AIM OF THE TASK:
Take the entries that follow and return exactly the lines from the one holding "e23 v19 v21 LINE" through the one holding "v33 (24.5,-18.5,5)", both included. Nothing else is needed.

# # # #

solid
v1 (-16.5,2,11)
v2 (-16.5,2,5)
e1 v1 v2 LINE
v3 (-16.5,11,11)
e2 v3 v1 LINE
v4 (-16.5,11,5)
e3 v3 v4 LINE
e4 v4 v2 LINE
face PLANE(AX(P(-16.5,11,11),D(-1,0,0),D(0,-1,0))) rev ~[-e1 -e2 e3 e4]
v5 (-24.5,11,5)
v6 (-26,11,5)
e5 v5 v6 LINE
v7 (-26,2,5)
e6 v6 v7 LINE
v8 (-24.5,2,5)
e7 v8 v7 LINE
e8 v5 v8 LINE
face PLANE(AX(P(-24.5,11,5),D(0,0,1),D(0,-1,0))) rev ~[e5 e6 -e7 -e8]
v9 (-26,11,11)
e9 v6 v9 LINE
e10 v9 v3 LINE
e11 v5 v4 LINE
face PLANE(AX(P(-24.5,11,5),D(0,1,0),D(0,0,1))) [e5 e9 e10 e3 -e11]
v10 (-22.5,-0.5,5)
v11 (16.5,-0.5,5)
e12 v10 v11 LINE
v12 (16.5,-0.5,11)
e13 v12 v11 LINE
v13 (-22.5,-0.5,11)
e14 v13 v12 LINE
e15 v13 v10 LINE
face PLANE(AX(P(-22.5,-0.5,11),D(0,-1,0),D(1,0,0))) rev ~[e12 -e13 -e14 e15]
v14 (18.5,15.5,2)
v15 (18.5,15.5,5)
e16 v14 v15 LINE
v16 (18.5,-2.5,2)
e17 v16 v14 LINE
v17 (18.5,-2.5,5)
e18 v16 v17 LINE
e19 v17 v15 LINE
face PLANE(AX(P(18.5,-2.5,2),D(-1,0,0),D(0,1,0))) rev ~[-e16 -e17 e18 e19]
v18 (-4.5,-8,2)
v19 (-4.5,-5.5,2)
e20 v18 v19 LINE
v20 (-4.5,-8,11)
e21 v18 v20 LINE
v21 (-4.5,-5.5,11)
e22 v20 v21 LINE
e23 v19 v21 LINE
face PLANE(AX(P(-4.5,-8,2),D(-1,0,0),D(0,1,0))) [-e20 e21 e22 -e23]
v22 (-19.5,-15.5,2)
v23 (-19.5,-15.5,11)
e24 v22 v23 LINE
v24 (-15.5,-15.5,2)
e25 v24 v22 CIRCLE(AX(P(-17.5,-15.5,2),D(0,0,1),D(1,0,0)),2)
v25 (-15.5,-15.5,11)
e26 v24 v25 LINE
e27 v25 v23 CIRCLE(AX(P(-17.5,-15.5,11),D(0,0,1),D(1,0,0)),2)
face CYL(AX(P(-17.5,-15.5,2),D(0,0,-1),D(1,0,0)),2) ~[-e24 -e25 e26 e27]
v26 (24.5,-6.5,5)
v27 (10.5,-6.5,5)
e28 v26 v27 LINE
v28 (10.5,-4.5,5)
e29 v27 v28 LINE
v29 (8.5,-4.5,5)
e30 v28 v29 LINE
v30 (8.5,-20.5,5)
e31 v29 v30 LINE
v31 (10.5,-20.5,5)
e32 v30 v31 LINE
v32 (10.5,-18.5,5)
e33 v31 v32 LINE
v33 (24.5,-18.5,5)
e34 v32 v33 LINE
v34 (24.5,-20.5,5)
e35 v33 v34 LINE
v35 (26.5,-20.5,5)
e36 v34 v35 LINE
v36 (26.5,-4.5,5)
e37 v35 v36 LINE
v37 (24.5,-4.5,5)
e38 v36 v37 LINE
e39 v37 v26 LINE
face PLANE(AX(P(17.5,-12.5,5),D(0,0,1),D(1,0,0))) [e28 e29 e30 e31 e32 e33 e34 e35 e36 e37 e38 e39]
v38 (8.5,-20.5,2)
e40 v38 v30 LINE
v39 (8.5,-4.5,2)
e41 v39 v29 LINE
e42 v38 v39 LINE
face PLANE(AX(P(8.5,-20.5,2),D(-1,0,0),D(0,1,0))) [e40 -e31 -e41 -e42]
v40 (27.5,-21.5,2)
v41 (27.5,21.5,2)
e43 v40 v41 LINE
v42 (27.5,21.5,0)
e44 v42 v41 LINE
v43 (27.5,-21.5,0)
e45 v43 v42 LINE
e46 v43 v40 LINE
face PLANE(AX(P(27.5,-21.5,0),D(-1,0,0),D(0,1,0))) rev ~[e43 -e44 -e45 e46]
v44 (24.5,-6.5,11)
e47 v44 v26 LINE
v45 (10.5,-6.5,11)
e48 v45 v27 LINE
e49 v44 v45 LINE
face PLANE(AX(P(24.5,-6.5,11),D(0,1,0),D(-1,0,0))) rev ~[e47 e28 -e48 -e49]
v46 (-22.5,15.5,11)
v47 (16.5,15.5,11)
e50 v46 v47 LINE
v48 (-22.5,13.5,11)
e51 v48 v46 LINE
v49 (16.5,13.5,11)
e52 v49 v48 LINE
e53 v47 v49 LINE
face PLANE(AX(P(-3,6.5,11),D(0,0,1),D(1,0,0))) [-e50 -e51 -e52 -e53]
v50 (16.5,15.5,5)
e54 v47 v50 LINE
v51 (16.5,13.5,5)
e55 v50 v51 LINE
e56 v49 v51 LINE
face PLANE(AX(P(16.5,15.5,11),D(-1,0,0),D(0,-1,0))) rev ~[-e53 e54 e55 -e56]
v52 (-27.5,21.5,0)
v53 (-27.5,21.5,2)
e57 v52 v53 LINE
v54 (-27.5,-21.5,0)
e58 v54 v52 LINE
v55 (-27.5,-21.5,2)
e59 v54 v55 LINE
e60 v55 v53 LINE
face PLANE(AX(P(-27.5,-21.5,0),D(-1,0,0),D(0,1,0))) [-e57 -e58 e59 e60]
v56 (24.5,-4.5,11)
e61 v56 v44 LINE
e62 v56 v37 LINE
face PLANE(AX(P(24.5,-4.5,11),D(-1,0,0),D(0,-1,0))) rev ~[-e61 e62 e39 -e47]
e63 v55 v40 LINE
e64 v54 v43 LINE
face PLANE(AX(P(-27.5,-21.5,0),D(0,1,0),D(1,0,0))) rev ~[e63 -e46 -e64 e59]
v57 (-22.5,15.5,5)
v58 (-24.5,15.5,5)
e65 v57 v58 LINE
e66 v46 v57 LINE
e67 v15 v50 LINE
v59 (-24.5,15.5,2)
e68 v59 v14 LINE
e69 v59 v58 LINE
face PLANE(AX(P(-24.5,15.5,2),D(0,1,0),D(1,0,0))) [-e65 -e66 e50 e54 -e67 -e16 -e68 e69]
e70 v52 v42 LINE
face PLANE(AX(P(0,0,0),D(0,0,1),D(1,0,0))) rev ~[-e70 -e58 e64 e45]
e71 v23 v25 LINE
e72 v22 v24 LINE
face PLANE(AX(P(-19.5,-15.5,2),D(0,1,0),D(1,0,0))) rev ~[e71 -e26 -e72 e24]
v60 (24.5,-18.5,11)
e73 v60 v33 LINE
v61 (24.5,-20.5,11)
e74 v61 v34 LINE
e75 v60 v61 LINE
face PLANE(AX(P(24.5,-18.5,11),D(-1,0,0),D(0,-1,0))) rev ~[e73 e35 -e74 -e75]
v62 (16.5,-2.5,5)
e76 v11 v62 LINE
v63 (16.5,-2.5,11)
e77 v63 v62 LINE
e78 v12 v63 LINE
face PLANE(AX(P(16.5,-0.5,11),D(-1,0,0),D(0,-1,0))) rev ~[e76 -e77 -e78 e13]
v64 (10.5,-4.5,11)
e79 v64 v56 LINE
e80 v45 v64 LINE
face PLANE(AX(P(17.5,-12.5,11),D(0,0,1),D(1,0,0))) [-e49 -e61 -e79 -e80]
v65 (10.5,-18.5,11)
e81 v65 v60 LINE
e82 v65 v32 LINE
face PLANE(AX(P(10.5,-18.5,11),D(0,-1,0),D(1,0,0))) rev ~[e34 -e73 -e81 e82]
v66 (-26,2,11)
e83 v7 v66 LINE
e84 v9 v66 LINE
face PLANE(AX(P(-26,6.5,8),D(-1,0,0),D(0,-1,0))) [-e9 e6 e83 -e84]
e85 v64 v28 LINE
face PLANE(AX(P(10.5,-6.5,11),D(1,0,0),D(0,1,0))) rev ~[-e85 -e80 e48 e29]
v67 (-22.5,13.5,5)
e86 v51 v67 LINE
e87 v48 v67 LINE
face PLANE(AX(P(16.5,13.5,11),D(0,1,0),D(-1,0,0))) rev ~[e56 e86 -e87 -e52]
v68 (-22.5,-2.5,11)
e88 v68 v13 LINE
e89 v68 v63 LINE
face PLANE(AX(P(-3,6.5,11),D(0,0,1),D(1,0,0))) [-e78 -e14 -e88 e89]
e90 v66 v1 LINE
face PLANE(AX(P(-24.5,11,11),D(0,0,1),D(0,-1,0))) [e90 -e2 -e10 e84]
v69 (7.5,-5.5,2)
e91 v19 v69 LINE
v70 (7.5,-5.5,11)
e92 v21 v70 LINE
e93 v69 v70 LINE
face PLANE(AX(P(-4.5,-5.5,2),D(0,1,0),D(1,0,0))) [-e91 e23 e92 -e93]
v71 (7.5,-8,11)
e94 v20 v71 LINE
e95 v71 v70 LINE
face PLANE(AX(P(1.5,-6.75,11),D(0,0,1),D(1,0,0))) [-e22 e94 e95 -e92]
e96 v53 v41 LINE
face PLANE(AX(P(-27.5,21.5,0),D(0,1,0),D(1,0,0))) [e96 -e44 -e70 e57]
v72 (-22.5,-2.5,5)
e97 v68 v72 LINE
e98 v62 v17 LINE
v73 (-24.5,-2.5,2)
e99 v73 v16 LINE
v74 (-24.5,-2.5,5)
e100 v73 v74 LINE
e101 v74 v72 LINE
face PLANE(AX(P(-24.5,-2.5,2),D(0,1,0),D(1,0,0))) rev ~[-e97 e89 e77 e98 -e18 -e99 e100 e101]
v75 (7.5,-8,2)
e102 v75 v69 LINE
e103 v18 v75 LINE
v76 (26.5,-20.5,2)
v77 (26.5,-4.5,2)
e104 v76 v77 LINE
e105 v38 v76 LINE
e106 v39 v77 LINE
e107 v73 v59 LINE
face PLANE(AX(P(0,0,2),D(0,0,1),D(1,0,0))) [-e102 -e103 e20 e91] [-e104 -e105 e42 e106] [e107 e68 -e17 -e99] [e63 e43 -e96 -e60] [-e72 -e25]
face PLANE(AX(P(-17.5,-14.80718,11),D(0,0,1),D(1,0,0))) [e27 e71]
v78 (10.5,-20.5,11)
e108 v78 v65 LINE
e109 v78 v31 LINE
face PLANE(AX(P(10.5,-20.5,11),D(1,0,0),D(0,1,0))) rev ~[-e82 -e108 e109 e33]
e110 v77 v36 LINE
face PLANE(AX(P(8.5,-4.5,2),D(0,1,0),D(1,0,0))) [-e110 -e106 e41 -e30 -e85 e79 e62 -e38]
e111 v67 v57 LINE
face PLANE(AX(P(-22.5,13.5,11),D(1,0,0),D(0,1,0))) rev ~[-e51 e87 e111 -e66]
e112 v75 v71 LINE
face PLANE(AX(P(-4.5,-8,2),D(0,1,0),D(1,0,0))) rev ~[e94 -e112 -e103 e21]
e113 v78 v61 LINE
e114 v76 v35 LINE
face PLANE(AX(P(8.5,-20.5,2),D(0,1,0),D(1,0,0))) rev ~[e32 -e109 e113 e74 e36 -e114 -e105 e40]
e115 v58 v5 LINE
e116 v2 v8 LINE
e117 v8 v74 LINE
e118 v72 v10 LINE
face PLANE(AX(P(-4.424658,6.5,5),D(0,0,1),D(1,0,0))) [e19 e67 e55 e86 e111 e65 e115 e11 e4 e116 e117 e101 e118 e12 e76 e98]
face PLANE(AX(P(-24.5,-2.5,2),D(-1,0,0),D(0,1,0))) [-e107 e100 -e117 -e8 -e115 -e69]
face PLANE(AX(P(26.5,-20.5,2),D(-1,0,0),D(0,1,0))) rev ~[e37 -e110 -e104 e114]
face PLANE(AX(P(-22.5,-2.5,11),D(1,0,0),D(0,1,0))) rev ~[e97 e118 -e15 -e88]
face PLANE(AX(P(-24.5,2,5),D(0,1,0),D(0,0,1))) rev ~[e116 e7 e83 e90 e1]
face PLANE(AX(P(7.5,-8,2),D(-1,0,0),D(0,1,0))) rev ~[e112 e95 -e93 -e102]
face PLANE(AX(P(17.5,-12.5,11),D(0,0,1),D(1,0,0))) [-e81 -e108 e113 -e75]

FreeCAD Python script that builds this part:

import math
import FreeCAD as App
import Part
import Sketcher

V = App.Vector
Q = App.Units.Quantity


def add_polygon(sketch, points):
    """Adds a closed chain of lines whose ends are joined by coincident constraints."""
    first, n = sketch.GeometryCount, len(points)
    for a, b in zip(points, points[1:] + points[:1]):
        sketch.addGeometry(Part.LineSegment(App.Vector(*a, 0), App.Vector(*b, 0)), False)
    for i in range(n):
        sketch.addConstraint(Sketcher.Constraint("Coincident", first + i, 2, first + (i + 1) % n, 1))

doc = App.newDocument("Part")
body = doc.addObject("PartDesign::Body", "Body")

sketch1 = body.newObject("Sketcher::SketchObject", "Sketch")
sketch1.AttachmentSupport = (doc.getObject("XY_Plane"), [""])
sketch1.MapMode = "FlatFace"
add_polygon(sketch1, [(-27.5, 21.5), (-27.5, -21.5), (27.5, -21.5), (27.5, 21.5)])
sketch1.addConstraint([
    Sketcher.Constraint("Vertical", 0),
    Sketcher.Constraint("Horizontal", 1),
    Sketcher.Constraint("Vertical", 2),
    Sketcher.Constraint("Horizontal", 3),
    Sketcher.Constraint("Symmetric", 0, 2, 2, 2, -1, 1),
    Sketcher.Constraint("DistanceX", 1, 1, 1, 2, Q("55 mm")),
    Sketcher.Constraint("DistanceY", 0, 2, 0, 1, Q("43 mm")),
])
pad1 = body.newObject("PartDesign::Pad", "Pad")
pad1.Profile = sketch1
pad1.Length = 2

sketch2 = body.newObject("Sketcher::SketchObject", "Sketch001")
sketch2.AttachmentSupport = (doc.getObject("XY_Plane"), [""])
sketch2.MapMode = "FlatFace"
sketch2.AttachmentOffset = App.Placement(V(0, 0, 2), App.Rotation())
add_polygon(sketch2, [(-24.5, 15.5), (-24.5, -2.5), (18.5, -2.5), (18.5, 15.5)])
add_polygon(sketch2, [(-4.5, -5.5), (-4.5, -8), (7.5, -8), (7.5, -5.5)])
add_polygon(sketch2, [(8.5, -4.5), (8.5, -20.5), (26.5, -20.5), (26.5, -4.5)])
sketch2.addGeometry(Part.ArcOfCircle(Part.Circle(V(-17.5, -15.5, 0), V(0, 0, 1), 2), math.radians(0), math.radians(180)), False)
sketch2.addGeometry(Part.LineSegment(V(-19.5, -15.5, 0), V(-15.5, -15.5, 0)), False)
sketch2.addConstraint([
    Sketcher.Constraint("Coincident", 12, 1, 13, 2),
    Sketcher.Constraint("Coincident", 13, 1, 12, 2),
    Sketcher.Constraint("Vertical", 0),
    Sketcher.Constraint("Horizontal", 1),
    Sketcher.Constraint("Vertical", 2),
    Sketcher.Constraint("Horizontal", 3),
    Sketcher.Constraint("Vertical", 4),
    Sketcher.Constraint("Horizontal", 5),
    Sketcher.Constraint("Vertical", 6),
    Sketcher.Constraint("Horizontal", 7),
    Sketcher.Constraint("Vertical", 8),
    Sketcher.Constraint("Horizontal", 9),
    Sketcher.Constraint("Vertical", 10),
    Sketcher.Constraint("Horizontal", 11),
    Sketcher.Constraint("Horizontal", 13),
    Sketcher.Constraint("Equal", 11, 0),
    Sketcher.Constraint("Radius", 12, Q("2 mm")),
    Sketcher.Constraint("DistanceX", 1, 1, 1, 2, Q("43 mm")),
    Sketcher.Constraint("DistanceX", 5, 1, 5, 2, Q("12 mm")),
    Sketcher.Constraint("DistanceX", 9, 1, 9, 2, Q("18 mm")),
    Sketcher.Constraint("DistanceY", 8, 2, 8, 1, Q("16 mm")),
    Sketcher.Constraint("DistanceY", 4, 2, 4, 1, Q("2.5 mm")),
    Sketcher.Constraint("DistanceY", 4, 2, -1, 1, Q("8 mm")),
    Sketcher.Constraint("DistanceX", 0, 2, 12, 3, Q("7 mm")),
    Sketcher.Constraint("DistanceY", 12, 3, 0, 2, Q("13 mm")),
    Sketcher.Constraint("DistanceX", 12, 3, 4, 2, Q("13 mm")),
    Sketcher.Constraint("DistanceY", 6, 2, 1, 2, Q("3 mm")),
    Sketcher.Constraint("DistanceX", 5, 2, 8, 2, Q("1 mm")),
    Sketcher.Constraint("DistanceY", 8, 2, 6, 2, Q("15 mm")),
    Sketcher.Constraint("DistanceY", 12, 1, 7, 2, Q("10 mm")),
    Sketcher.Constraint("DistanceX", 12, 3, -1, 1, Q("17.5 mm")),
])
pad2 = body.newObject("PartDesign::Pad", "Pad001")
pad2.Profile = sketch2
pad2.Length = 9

# # # #

EXERCISE RESULT:
e23 v19 v21 LINE
face PLANE(AX(P(-4.5,-8,2),D(-1,0,0),D(0,1,0))) [-e20 e21 e22 -e23]
v22 (-19.5,-15.5,2)
v23 (-19.5,-15.5,11)
e24 v22 v23 LINE
v24 (-15.5,-15.5,2)
e25 v24 v22 CIRCLE(AX(P(-17.5,-15.5,2),D(0,0,1),D(1,0,0)),2)
v25 (-15.5,-15.5,11)
e26 v24 v25 LINE
e27 v25 v23 CIRCLE(AX(P(-17.5,-15.5,11),D(0,0,1),D(1,0,0)),2)
face CYL(AX(P(-17.5,-15.5,2),D(0,0,-1),D(1,0,0)),2) ~[-e24 -e25 e26 e27]
v26 (24.5,-6.5,5)
v27 (10.5,-6.5,5)
e28 v26 v27 LINE
v28 (10.5,-4.5,5)
e29 v27 v28 LINE
v29 (8.5,-4.5,5)
e30 v28 v29 LINE
v30 (8.5,-20.5,5)
e31 v29 v30 LINE
v31 (10.5,-20.5,5)
e32 v30 v31 LINE
v32 (10.5,-18.5,5)
e33 v31 v32 LINE
v33 (24.5,-18.5,5)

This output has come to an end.